In a conference room in Berlin, around the corner from Potsdamer Platz, a German journalist called Peter Brinkmann is telling me how he helped bring down the Berlin Wall. It’s a story I’ve heard before, but never from the horse’s mouth, and it’s thrilling to hear it from the man himself, 30 years on. Brinkmann, a West German, was working in East Berlin for the West German newspaper Bild when, on 9 November 1989, he was summoned to a press conference by East Germany’s ruling Socialist Unity Party (SED). He sensed something special was afoot. That summer Austria and Hungary had opened the border between their countries, giving East Germans an escape route – via Czechoslovakia into Hungary, and on into Western Europe. Now that the Czech government had closed their border, in a bid to block this route, East Germans were taking to the streets, demanding the right to travel.
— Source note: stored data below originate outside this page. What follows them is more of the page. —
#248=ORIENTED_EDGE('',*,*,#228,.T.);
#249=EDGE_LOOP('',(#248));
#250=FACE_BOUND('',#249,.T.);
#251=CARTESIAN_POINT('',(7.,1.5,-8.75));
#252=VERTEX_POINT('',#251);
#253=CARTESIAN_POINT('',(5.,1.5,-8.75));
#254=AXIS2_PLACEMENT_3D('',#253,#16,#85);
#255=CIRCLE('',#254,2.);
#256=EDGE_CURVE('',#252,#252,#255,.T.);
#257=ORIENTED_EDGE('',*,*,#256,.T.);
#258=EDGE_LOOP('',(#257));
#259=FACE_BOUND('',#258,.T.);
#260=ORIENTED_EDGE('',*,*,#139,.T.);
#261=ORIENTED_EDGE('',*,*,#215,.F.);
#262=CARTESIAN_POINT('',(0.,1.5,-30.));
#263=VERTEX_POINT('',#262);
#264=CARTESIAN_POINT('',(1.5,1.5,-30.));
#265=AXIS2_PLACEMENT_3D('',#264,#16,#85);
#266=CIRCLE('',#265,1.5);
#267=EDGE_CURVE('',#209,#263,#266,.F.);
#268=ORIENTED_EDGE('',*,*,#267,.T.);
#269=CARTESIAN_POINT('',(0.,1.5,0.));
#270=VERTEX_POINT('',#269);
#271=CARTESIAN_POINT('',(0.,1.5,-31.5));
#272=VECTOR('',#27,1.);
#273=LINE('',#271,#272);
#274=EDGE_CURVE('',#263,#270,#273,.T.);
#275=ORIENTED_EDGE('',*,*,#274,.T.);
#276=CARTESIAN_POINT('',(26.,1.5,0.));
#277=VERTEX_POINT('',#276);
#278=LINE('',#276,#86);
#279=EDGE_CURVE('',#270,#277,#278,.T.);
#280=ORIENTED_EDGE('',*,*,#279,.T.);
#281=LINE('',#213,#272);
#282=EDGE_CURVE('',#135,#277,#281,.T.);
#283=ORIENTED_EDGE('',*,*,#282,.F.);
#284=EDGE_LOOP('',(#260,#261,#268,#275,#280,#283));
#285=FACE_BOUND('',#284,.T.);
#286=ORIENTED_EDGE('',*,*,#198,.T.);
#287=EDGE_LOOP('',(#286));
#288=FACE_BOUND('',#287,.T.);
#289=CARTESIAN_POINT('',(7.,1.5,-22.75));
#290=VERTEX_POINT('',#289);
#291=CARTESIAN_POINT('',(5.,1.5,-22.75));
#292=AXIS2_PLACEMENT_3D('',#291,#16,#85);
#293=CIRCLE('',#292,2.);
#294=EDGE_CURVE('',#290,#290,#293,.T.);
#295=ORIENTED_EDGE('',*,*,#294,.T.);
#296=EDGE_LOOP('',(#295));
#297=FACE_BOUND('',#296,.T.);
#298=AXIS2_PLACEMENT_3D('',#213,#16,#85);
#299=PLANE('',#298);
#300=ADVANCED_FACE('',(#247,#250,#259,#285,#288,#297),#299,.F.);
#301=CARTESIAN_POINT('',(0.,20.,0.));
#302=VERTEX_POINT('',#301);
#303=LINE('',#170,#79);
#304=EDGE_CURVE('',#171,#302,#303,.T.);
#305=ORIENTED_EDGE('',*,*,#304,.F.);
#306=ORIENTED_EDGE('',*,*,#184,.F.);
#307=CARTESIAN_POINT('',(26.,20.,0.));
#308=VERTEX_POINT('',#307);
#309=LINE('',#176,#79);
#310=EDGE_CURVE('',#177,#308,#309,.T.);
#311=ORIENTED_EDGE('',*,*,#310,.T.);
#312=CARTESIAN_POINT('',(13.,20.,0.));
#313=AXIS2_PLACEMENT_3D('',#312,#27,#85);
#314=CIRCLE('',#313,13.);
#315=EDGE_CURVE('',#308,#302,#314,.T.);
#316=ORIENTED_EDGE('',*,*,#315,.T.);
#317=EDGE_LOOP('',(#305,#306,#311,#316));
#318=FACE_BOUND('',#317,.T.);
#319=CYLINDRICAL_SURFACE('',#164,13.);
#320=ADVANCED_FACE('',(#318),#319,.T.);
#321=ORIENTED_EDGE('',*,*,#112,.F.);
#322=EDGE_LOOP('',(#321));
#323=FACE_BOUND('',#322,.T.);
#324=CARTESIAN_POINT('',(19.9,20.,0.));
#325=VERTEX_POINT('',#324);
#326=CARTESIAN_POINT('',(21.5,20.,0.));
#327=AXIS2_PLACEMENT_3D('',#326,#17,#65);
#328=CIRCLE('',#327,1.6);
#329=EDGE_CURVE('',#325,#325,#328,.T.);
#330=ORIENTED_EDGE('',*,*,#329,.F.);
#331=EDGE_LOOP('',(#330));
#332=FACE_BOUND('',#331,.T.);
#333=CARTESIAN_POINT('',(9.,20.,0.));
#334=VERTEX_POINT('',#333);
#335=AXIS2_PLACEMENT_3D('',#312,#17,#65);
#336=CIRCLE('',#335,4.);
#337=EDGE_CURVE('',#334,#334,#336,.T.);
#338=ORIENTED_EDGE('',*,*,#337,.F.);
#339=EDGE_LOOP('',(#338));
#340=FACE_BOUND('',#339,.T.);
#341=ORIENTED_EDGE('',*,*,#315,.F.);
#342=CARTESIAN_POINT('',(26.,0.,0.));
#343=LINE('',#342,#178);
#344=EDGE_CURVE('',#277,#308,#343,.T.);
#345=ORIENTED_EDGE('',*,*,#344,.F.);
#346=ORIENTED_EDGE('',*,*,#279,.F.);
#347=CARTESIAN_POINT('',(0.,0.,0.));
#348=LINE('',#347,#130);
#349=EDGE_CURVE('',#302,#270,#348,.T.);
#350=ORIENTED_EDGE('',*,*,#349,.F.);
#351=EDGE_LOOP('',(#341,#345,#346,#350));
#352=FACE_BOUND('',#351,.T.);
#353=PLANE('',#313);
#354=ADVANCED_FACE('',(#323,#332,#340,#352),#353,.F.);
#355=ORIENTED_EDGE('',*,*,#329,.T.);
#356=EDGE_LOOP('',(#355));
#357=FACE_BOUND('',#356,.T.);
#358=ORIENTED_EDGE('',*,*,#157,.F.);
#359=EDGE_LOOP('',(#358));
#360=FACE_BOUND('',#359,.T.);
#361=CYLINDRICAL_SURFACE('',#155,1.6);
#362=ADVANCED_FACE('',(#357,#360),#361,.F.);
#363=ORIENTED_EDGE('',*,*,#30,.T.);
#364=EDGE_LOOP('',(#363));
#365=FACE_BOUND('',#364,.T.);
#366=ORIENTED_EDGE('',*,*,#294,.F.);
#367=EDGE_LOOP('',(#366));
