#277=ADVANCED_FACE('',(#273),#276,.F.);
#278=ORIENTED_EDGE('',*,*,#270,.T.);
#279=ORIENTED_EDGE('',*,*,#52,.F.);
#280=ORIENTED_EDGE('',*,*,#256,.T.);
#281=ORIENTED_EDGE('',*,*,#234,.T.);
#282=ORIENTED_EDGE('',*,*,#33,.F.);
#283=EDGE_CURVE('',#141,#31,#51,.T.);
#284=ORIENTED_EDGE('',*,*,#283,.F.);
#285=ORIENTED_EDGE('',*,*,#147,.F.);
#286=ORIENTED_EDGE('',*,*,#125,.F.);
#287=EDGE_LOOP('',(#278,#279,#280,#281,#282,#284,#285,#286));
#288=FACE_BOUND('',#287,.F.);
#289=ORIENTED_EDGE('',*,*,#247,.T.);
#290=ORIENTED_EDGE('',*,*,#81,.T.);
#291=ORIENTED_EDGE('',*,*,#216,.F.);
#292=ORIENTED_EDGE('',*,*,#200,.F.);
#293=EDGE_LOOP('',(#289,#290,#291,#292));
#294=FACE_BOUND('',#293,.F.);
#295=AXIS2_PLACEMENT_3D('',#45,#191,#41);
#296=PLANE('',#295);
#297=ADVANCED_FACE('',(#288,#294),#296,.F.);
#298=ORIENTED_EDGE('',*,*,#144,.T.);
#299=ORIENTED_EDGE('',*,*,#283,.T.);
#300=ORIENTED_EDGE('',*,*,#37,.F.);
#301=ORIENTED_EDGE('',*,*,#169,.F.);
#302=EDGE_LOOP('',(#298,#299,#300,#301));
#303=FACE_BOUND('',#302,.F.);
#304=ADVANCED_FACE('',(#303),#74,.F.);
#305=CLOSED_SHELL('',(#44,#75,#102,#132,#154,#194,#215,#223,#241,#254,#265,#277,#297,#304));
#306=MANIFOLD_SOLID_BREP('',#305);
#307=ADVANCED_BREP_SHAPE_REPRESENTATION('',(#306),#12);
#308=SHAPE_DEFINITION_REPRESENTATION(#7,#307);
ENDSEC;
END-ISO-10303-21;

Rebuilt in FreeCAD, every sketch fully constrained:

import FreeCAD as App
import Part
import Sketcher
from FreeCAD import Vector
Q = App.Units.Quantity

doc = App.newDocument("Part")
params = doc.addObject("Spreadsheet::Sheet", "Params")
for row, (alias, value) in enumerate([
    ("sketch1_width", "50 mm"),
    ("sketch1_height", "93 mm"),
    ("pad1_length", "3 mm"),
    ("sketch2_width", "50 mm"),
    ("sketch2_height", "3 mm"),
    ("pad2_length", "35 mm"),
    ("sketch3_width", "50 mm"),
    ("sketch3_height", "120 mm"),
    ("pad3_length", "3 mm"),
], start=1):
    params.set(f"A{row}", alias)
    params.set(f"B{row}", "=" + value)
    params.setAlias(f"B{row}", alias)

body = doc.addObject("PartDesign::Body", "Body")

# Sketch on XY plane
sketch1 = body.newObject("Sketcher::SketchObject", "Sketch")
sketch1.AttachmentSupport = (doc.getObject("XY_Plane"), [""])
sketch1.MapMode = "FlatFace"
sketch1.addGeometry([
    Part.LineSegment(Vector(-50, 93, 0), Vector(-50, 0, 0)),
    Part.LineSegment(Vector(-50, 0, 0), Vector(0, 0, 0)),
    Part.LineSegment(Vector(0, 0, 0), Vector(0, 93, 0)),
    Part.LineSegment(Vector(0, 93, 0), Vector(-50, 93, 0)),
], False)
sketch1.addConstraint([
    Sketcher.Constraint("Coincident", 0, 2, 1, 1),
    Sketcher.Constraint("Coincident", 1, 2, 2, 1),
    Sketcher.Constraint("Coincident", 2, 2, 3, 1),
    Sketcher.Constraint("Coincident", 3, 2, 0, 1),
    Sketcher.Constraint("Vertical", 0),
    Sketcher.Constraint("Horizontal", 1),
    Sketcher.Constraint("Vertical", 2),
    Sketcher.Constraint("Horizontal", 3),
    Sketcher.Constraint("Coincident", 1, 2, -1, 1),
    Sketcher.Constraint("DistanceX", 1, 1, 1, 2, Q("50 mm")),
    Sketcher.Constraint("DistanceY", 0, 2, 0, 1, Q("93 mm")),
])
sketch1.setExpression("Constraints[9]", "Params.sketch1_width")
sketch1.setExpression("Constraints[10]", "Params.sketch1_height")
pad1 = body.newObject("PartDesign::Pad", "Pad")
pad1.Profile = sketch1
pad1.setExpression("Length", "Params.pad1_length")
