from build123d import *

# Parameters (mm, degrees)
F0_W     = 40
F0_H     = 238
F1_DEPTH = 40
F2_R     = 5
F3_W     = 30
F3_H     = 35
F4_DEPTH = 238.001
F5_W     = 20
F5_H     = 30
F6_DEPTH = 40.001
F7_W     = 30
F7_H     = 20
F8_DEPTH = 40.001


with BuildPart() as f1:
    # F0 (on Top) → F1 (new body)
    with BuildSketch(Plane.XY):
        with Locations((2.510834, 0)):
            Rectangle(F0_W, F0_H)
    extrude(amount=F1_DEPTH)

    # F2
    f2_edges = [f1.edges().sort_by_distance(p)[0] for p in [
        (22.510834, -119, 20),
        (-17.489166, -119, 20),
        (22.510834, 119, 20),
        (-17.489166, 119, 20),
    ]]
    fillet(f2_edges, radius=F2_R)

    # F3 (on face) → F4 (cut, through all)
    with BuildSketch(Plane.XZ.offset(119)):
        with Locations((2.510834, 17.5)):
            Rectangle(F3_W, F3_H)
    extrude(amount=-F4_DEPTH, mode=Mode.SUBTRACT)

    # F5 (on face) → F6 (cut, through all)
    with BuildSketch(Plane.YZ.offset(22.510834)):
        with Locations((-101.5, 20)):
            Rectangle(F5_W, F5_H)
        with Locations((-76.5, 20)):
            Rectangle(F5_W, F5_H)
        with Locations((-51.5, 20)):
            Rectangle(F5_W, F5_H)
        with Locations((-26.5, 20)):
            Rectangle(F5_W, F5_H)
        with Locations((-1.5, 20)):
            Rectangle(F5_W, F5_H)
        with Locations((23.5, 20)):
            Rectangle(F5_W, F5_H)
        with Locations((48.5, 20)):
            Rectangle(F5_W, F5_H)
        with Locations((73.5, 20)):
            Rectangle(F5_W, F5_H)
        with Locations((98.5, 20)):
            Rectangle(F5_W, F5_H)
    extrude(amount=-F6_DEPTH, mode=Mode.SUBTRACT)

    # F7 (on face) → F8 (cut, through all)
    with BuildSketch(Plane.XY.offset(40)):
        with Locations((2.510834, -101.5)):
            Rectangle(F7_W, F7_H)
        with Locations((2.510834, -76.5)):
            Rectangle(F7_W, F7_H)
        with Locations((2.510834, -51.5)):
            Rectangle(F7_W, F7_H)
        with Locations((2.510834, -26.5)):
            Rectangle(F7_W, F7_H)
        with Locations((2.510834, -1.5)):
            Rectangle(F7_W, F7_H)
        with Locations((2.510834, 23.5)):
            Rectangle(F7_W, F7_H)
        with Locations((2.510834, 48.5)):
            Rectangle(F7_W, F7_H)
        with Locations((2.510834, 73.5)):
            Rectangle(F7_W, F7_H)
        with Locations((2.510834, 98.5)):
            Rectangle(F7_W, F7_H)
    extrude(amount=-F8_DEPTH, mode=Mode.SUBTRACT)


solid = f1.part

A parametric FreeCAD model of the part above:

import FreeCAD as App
import Part
import Sketcher

V = App.Vector


def edges_at(feature, points):
    """Names of the edges that pass closest to the given points."""
    edges = feature.Shape.Edges
    near = lambda p: min(range(len(edges)), key=lambda i: edges[i].distToShape(Part.Vertex(*p))[0])
    return sorted({f"Edge{near(p) + 1}" for p in points})


def add_polygon(sketch, points):
    """Adds a closed chain of lines whose ends are joined by coincident constraints."""
    first, n = sketch.GeometryCount, len(points)
    for a, b in zip(points, points[1:] + points[:1]):
        sketch.addGeometry(Part.LineSegment(App.Vector(*a, 0), App.Vector(*b, 0)), False)
    for i in range(n):
        sketch.addConstraint(Sketcher.Constraint("Coincident", first + i, 2, first + (i + 1) % n, 1))

doc = App.newDocument("Part")
body = doc.addObject("PartDesign::Body", "Body")

sketch1 = body.newObject("Sketcher::SketchObject", "Sketch")
sketch1.AttachmentSupport = (doc.getObject("XY_Plane"), [""])
sketch1.MapMode = "FlatFace"
add_polygon(sketch1, [(-17, 119), (-17, -119), (23, -119), (23, 119)])
sketch1.addConstraint([
    Sketcher.Constraint("Vertical", 0),
    Sketcher.Constraint("Horizontal", 1),
    Sketcher.Constraint("Vertical", 2),
    Sketcher.Constraint("Horizontal", 3),
    Sketcher.Constraint("DistanceX", 1, 1, 1, 2, 40.0),
    Sketcher.Constraint("DistanceY", 0, 2, 0, 1, 238.0),
    Sketcher.Constraint("DistanceY", 0, 2, -1, 1, 119.0),
    Sketcher.Constraint("DistanceX", 0, 2, -1, 1, 17.489166),
])
pad1 = body.newObject("PartDesign::Pad", "Pad")
pad1.Profile = sketch1
pad1.Length = 40
doc.recompute()

fillet = body.newObject("PartDesign::Fillet", "Fillet")
fillet.Base = (pad1, edges_at(pad1, [
    (22.511, -119, 20),
    (-17.489, -119, 20),
    (22.511, 119, 20),
    (-17.489, 119, 20),
]))
fillet.Radius = 5

sketch2 = body.newObject("Sketcher::SketchObject", "Sketch001")
sketch2.AttachmentSupport = (doc.getObject("XZ_Plane"), [""])
sketch2.MapMode = "FlatFace"
sketch2.AttachmentOffset = App.Placement(V(0, 0, 119), App.Rotation())
add_polygon(sketch2, [(-12, 35), (-12, 0), (18, 0), (18, 35)])
sketch2.addConstraint([
    Sketcher.Constraint("Vertical", 0),
    Sketcher.Constraint("Horizontal", 1),
    Sketcher.Constraint("Vertical", 2),
    Sketcher.Constraint("Horizontal", 3),
    Sketcher.Constraint("PointOnObject", 0, 2, -1),
    Sketcher.Constraint("DistanceX", 1, 1, 1, 2, 30.0),
    Sketcher.Constraint("DistanceY", 0, 2, 0, 1, 35.0),
    Sketcher.Constraint("DistanceX", 0, 2, -1, 1, 12.489166),
])
pocket1 = body.newObject("PartDesign::Pocket", "Pocket")
pocket1.Profile = sketch2
pocket1.Type = "ThroughAll"

sketch3 = body.newObject("Sketcher::SketchObject", "Sketch002")
sketch3.AttachmentSupport = (doc.getObject("YZ_Plane"), [""])
sketch3.MapMode = "FlatFace"
sketch3.AttachmentOffset = App.Placement(V(0, 0, 22.510834), App.Rotation())
add_polygon(sketch3, [(-112, 35), (-112, 5), (-92, 5), (-92, 35)])
add_polygon(sketch3, [(-86, 35), (-86, 5), (-66, 5), (-66, 35)])
add_polygon(sketch3, [(-62, 35), (-62, 5), (-42, 5), (-42, 35)])
add_polygon(sketch3, [(-36, 35), (-36, 5), (-16, 5), (-16, 35)])
add_polygon(sketch3, [(-12, 35), (-12, 5), (8, 5), (8, 35)])
add_polygon(sketch3, [(14, 35), (14, 5), (34, 5), (34, 35)])
add_polygon(sketch3, [(38, 35), (38, 5), (58, 5), (58, 35)])
add_polygon(sketch3, [(64, 35), (64, 5), (84, 5), (84, 35)])
add_polygon(sketch3, [(88, 35), (88, 5), (108, 5), (108, 35)])
sketch3.addConstraint([
    Sketcher.Constraint("Vertical", 0),
    Sketcher.Constraint("Horizontal", 1),
    Sketcher.Constraint("Vertical", 2),
    Sketcher.Constraint("Horizontal", 3),
    Sketcher.Constraint("Vertical", 4),
    Sketcher.Constraint("Horizontal", 5),
    Sketcher.Constraint("Vertical", 6),
    Sketcher.Constraint("Horizontal", 7),
    Sketcher.Constraint("Vertical", 8),
    Sketcher.Constraint("Horizontal", 9),
    Sketcher.Constraint("Vertical", 10),
    Sketcher.Constraint("Horizontal", 11),
    Sketcher.Constraint("Vertical", 12),
    Sketcher.Constraint("Horizontal", 13),
    Sketcher.Constraint("Vertical", 14),
    Sketcher.Constraint("Horizontal", 15),
    Sketcher.Constraint("Vertical", 16),
    Sketcher.Constraint("Horizontal", 17),
    Sketcher.Constraint("Vertical", 18),
    Sketcher.Constraint("Horizontal", 19),
    Sketcher.Constraint("Vertical", 20),
    Sketcher.Constraint("Horizontal", 21),
    Sketcher.Constraint("Vertical", 22),
    Sketcher.Constraint("Horizontal", 23),
    Sketcher.Constraint("Vertical", 24),
    Sketcher.Constraint("Horizontal", 25),
    Sketcher.Constraint("Vertical", 26),
    Sketcher.Constraint("Horizontal", 27),
    Sketcher.Constraint("Vertical", 28),
    Sketcher.Constraint("Horizontal", 29),
    Sketcher.Constraint("Vertical", 30),
    Sketcher.Constraint("Horizontal", 31),
    Sketcher.Constraint("Vertical", 32),
    Sketcher.Constraint("Horizontal", 33),
    Sketcher.Constraint("Vertical", 34),
    Sketcher.Constraint("Horizontal", 35),
    Sketcher.Constraint("Horizontal", 1, 2, 4, 2),
    Sketcher.Constraint("Horizontal", 3, 2, 6, 2),
    Sketcher.Constraint("Horizontal", 5, 2, 8, 2),
    Sketcher.Constraint("Horizontal", 7, 2, 10, 2),
    Sketcher.Constraint("Horizontal", 9, 2, 12, 2),
    Sketcher.Constraint("Horizontal", 11, 2, 14, 2),
    Sketcher.Constraint("Horizontal", 13, 2, 16, 2),
    Sketcher.Constraint("Horizontal", 15, 2, 18, 2),
    Sketcher.Constraint("Horizontal", 17, 2, 20, 2),
    Sketcher.Constraint("Horizontal", 19, 2, 22, 2),
    Sketcher.Constraint("Horizontal", 21, 2, 24, 2),
    Sketcher.Constraint("Horizontal", 23, 2, 26, 2),
    Sketcher.Constraint("Horizontal", 25, 2, 28, 2),
    Sketcher.Constraint("Horizontal", 27, 2, 30, 2),
    Sketcher.Constraint("Horizontal", 29, 2, 32, 2),
    Sketcher.Constraint("Horizontal", 31, 2, 34, 2),
    Sketcher.Constraint("Equal", 3, 5),
    Sketcher.Constraint("Equal", 7, 9),
    Sketcher.Constraint("Equal", 11, 13),
    Sketcher.Constraint("Equal", 15, 17),
    Sketcher.Constraint("Equal", 19, 21),
    Sketcher.Constraint("Equal", 23, 25),
    Sketcher.Constraint("Equal", 27, 29),
    Sketcher.Constraint("Equal", 31, 33),
    Sketcher.Constraint("DistanceX", 1, 1, 1, 2, 20.0),
    Sketcher.Constraint("DistanceY", 0, 2, 0, 1, 30.0),
    Sketcher.Constraint("DistanceY", -1, 1, 0, 2, 5.0),
    Sketcher.Constraint("DistanceX", 1, 2, 4, 2, 5.0),
    Sketcher.Constraint("DistanceX", 5, 2, 8, 2, 5.0),
    Sketcher.Constraint("DistanceX", 9, 2, 12, 2, 5.0),
    Sketcher.Constraint("DistanceX", 13, 2, 16, 2, 5.0),
    Sketcher.Constraint("DistanceX", 17, 2, 20, 2, 5.0),
    Sketcher.Constraint("DistanceX", 21, 2, 24, 2, 5.0),
    Sketcher.Constraint("DistanceX", 25, 2, 28, 2, 5.0),
    Sketcher.Constraint("DistanceX", 29, 2, 32, 2, 5.0),
    Sketcher.Constraint("DistanceX", 0, 2, -1, 1, 111.5),
])
pocket2 = body.newObject("PartDesign::Pocket", "Pocket001")
pocket2.Profile = sketch3
pocket2.Type = "ThroughAll"

sketch4 = body.newObject("Sketcher::SketchObject", "Sketch003")
sketch4.AttachmentSupport = (doc.getObject("XY_Plane"), [""])
sketch4.MapMode = "FlatFace"
sketch4.AttachmentOffset = App.Placement(V(0, 0, 40), App.Rotation())
add_polygon(sketch4, [(-12, -92), (-12, -112), (18, -112), (18, -92)])
add_polygon(sketch4, [(-12, -66), (-12, -86), (18, -86), (18, -66)])
add_polygon(sketch4, [(-12, -42), (-12, -62), (18, -62), (18, -42)])
add_polygon(sketch4, [(-12, -16), (-12, -36), (18, -36), (18, -16)])
add_polygon(sketch4, [(-12, 8), (-12, -12), (18, -12), (18, 8)])
add_polygon(sketch4, [(-12, 34), (-12, 14), (18, 14), (18, 34)])
add_polygon(sketch4, [(-12, 58), (-12, 38), (18, 38), (18, 58)])
add_polygon(sketch4, [(-12, 84), (-12, 64), (18, 64), (18, 84)])
add_polygon(sketch4, [(-12, 108), (-12, 88), (18, 88), (18, 108)])
sketch4.addConstraint([
    Sketcher.Constraint("Vertical", 0),
    Sketcher.Constraint("Horizontal", 1),
    Sketcher.Constraint("Vertical", 2),
    Sketcher.Constraint("Horizontal", 3),
    Sketcher.Constraint("Vertical", 4),
    Sketcher.Constraint("Horizontal", 5),
    Sketcher.Constraint("Vertical", 6),
    Sketcher.Constraint("Horizontal", 7),
    Sketcher.Constraint("Vertical", 8),
    Sketcher.Constraint("Horizontal", 9),
    Sketcher.Constraint("Vertical", 10),
    Sketcher.Constraint("Horizontal", 11),
    Sketcher.Constraint("Vertical", 12),
    Sketcher.Constraint("Horizontal", 13),
    Sketcher.Constraint("Vertical", 14),
    Sketcher.Constraint("Horizontal", 15),
    Sketcher.Constraint("Vertical", 16),
    Sketcher.Constraint("Horizontal", 17),
    Sketcher.Constraint("Vertical", 18),
    Sketcher.Constraint("Horizontal", 19),
    Sketcher.Constraint("Vertical", 20),
    Sketcher.Constraint("Horizontal", 21),
    Sketcher.Constraint("Vertical", 22),
    Sketcher.Constraint("Horizontal", 23),
    Sketcher.Constraint("Vertical", 24),
    Sketcher.Constraint("Horizontal", 25),
    Sketcher.Constraint("Vertical", 26),
    Sketcher.Constraint("Horizontal", 27),
    Sketcher.Constraint("Vertical", 28),
    Sketcher.Constraint("Horizontal", 29),
    Sketcher.Constraint("Vertical", 30),
    Sketcher.Constraint("Horizontal", 31),
    Sketcher.Constraint("Vertical", 32),
    Sketcher.Constraint("Horizontal", 33),
    Sketcher.Constraint("Vertical", 34),
    Sketcher.Constraint("Horizontal", 35),
    Sketcher.Constraint("Vertical", 3, 2, 4, 2),
    Sketcher.Constraint("Vertical", 2, 2, 5, 2),
    Sketcher.Constraint("Vertical", 7, 2, 8, 2),
    Sketcher.Constraint("Vertical", 6, 2, 9, 2),
    Sketcher.Constraint("Vertical", 11, 2, 12, 2),
    Sketcher.Constraint("Vertical", 10, 2, 13, 2),
    Sketcher.Constraint("Vertical", 15, 2, 16, 2),
    Sketcher.Constraint("Vertical", 14, 2, 17, 2),
    Sketcher.Constraint("Vertical", 19, 2, 20, 2),
    Sketcher.Constraint("Vertical", 18, 2, 21, 2),
    Sketcher.Constraint("Vertical", 23, 2, 24, 2),
    Sketcher.Constraint("Vertical", 22, 2, 25, 2),
    Sketcher.Constraint("Vertical", 27, 2, 28, 2),
    Sketcher.Constraint("Vertical", 26, 2, 29, 2),
    Sketcher.Constraint("Vertical", 31, 2, 32, 2),
    Sketcher.Constraint("Vertical", 30, 2, 33, 2),
    Sketcher.Constraint("Equal", 2, 4),
    Sketcher.Constraint("Equal", 6, 8),
    Sketcher.Constraint("Equal", 10, 12),
    Sketcher.Constraint("Equal", 14, 16),
    Sketcher.Constraint("Equal", 18, 20),
    Sketcher.Constraint("Equal", 22, 24),
    Sketcher.Constraint("Equal", 26, 28),
    Sketcher.Constraint("Equal", 30, 32),
    Sketcher.Constraint("DistanceX", 1, 1, 1, 2, 30.0),
    Sketcher.Constraint("DistanceY", 0, 2, 0, 1, 20.0),
    Sketcher.Constraint("DistanceY", 3, 2, 4, 2, 5.0),
    Sketcher.Constraint("DistanceY", 7, 2, 8, 2, 5.0),
    Sketcher.Constraint("DistanceY", 11, 2, 12, 2, 5.0),
    Sketcher.Constraint("DistanceY", 15, 2, 16, 2, 5.0),
    Sketcher.Constraint("DistanceY", 19, 2, 20, 2, 5.0),
    Sketcher.Constraint("DistanceY", 23, 2, 24, 2, 5.0),
    Sketcher.Constraint("DistanceY", 27, 2, 28, 2, 5.0),
    Sketcher.Constraint("DistanceY", 31, 2, 32, 2, 5.0),
    Sketcher.Constraint("DistanceY", 0, 2, -1, 1, 111.5),
    Sketcher.Constraint("DistanceX", 0, 2, -1, 1, 12.489166),
])
pocket3 = body.newObject("PartDesign::Pocket", "Pocket002")
pocket3.Profile = sketch4
pocket3.Type = "ThroughAll"

doc.recompute()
To quell these growing protests, the SED decided to announce that East Germans would henceforth be allowed to travel directly to West Germany provided they had a passport, something very few East Germans possessed. On paper, it seemed a clever plan. By giving East Germans the right to travel, the SED would take the heat out of the demonstrations, safe in the knowledge that the vast majority of citizens would have to apply for passports, a lengthy bureaucratic process which the government could control.

There was only one problem: the man they chose to make the announcement, Günter Schabowksi, hadn’t been at the relevant meeting. He hadn’t even read the press release. And so when he read it out, at the press conference, he was just as surprised as the attendant journalists. In the resulting pandemonium, the crucial detail about passports was forgotten. When Brinkmann asked when East Germans could travel, Schabowksi replied: “Immediately, I suppose.”